Without an admission by the patient, the detection of malingering is a probabilistic judgment by the clinican based on the information collected from various sources during the evaluation process of the patient. At times, inconsistencies will require collecting additional information to get a clearer picture. Rather than administering a full battery of malingering assessments, which would be time consuming and expensive, Taylor[29] suggests that clinicians start with the 5- to 10-minute M-FAST and followed by a full diagnostic interview. Next, Taylor recommends that available collateral data, such as previous clinical records, be reviewed, and informants, such as spouses, be interviewed. For those patients in whom such methods provide hints of malingering, Taylor[29] then suggests conducting a more in-depth psychometric evaluation using SIRS, MMPI-2, or both. Finally, if measures up to this point are still insufficient to confidently determine whether malingering is present, Taylor[29] suggests using psycho-physiologic methods (e.g., script-driven imagery, sudden loud tones).

Taylor[29] warns that throughout the process of evaluation, the clinician should be wary of his or her own biases that may influence decisions. Before reaching a final decision on whether a patient is malingering PTSD, Taylor[29] suggests that the clinician draw four boxes on a piece of paper, and then create four lists, one per box, of the following: 1) evidence for genuine PTSD, 2) evidence against genuine PTSD, 3) evidence for malingering, and 4) evidence against malingering. The clinician should then examine each list of evidence as objectively as possible before reaching a final decision. If a clinician suspects a case of malingering but is unwilling to make such a determination, Taylor[29] suggests using a multidisciplinary team approach in which the team uses the available evidence to arrive at a consensus regarding the likelihood of malingering. If malingering is determined to exist, the clinician and/or treatment team will then need to devise a plan to manage the malingering patient.[24]

Conclusion

Malingered PTSD has become a growing concern primarily due to the subjective self-report nature of PTSD symptoms. The most prominent reason patients malinger PTSD is for the financial incentives.

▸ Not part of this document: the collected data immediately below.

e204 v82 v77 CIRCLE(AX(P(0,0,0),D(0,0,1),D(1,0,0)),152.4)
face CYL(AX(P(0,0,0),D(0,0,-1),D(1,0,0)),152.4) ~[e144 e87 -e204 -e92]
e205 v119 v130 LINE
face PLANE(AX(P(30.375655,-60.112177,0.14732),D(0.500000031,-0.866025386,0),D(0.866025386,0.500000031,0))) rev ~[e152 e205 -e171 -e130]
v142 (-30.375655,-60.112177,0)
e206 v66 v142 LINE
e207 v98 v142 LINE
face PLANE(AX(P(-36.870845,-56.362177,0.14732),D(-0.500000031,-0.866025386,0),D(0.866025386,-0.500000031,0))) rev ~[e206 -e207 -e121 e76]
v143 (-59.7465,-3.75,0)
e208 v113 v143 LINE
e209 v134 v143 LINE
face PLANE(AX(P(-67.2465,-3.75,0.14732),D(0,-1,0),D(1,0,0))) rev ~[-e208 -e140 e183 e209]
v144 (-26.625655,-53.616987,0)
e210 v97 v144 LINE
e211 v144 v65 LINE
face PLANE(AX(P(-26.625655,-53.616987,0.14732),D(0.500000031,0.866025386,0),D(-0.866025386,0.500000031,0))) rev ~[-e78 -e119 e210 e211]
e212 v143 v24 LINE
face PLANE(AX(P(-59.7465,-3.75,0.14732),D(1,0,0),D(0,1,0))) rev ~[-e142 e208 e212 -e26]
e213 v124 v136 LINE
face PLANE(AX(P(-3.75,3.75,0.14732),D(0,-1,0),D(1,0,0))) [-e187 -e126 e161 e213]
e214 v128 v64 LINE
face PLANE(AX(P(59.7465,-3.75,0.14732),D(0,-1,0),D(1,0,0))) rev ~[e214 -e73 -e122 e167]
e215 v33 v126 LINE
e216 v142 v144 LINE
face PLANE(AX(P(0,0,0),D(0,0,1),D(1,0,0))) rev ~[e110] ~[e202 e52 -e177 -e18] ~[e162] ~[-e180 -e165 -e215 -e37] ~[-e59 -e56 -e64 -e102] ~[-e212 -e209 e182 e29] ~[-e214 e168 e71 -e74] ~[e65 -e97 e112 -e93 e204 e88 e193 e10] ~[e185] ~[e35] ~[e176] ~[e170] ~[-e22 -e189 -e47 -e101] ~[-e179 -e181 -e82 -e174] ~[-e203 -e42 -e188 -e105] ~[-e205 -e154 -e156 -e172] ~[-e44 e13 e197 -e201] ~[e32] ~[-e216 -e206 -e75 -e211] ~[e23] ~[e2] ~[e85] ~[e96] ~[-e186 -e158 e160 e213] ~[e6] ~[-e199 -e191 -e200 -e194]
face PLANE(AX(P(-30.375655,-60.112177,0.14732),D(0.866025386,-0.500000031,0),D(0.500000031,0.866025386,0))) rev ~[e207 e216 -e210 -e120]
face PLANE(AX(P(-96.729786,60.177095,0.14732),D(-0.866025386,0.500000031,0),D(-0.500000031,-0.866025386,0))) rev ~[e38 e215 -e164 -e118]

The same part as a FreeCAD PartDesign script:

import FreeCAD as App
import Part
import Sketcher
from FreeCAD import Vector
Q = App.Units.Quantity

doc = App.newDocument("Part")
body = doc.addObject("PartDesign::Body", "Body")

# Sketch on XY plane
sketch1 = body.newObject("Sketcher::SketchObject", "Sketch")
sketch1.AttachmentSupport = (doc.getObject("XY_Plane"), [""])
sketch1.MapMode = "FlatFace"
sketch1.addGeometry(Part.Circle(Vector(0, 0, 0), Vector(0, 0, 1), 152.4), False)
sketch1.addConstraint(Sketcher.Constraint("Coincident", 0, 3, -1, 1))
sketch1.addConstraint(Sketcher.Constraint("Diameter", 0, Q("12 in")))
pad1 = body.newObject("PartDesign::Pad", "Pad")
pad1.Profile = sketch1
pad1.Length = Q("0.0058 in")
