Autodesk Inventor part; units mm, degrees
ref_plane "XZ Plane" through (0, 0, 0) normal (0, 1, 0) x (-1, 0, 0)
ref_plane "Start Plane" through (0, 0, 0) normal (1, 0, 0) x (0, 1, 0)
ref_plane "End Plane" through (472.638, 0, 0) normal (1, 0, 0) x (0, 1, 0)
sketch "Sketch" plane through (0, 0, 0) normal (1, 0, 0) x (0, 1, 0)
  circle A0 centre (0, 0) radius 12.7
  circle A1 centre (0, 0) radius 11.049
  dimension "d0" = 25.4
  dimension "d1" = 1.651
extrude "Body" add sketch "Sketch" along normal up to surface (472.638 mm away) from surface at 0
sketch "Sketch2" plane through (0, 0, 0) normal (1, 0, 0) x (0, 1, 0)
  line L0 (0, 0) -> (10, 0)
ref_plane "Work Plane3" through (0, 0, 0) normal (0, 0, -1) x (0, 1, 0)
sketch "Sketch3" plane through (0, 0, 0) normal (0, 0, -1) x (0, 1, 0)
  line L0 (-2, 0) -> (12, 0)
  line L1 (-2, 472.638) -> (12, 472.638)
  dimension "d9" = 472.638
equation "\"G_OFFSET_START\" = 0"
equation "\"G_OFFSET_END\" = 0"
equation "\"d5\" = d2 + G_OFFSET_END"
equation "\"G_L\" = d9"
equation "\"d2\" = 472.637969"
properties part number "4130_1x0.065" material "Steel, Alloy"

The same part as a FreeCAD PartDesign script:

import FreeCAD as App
import Part
import Sketcher
Q = App.Units.Quantity

doc = App.newDocument("Part")
body = doc.addObject("PartDesign::Body", "Body")

sketch1 = body.newObject("Sketcher::SketchObject", "Sketch")
sketch1.AttachmentSupport = (doc.getObject("YZ_Plane"), [""])
sketch1.MapMode = "FlatFace"
sketch1.addGeometry([
    Part.Circle(App.Vector(0, 0, 0), App.Vector(0, 0, 1), 13),
    Part.Circle(App.Vector(0, 0, 0), App.Vector(0, 0, 1), 11),
], False)
sketch1.addConstraint([
    Sketcher.Constraint("Coincident", 0, 3, -1, 1),
    Sketcher.Constraint("Coincident", 1, 3, -1, 1),
    Sketcher.Constraint("Diameter", 0, Q("1 in")),
    Sketcher.Constraint("Diameter", 1, Q("0.87 in")),
])
pad1 = body.newObject("PartDesign::Pad", "Pad")
pad1.Profile = sketch1
pad1.Length = Q("18.6077953 in")

doc.recompute()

Given the negative impact malingered PTSD can have on physician-patient relationships, the economy, the research on PTSD, and on the malingerer him- or herself, it is of high importance that malingered PTSD be identified and managed separately from those patients with true PTSD. We recommend incorporating malingering assessment into all PTSD evaluations. We believe by careful and objective evaluation of information collected via specific interview techniques, collateral data, and psychological testing, clinicians should be able to identify those patients who are truly suffering from PTSD and those who are malingering the disorder, with the ultimate goal being proper and effective treatment for all patients (Figure 1).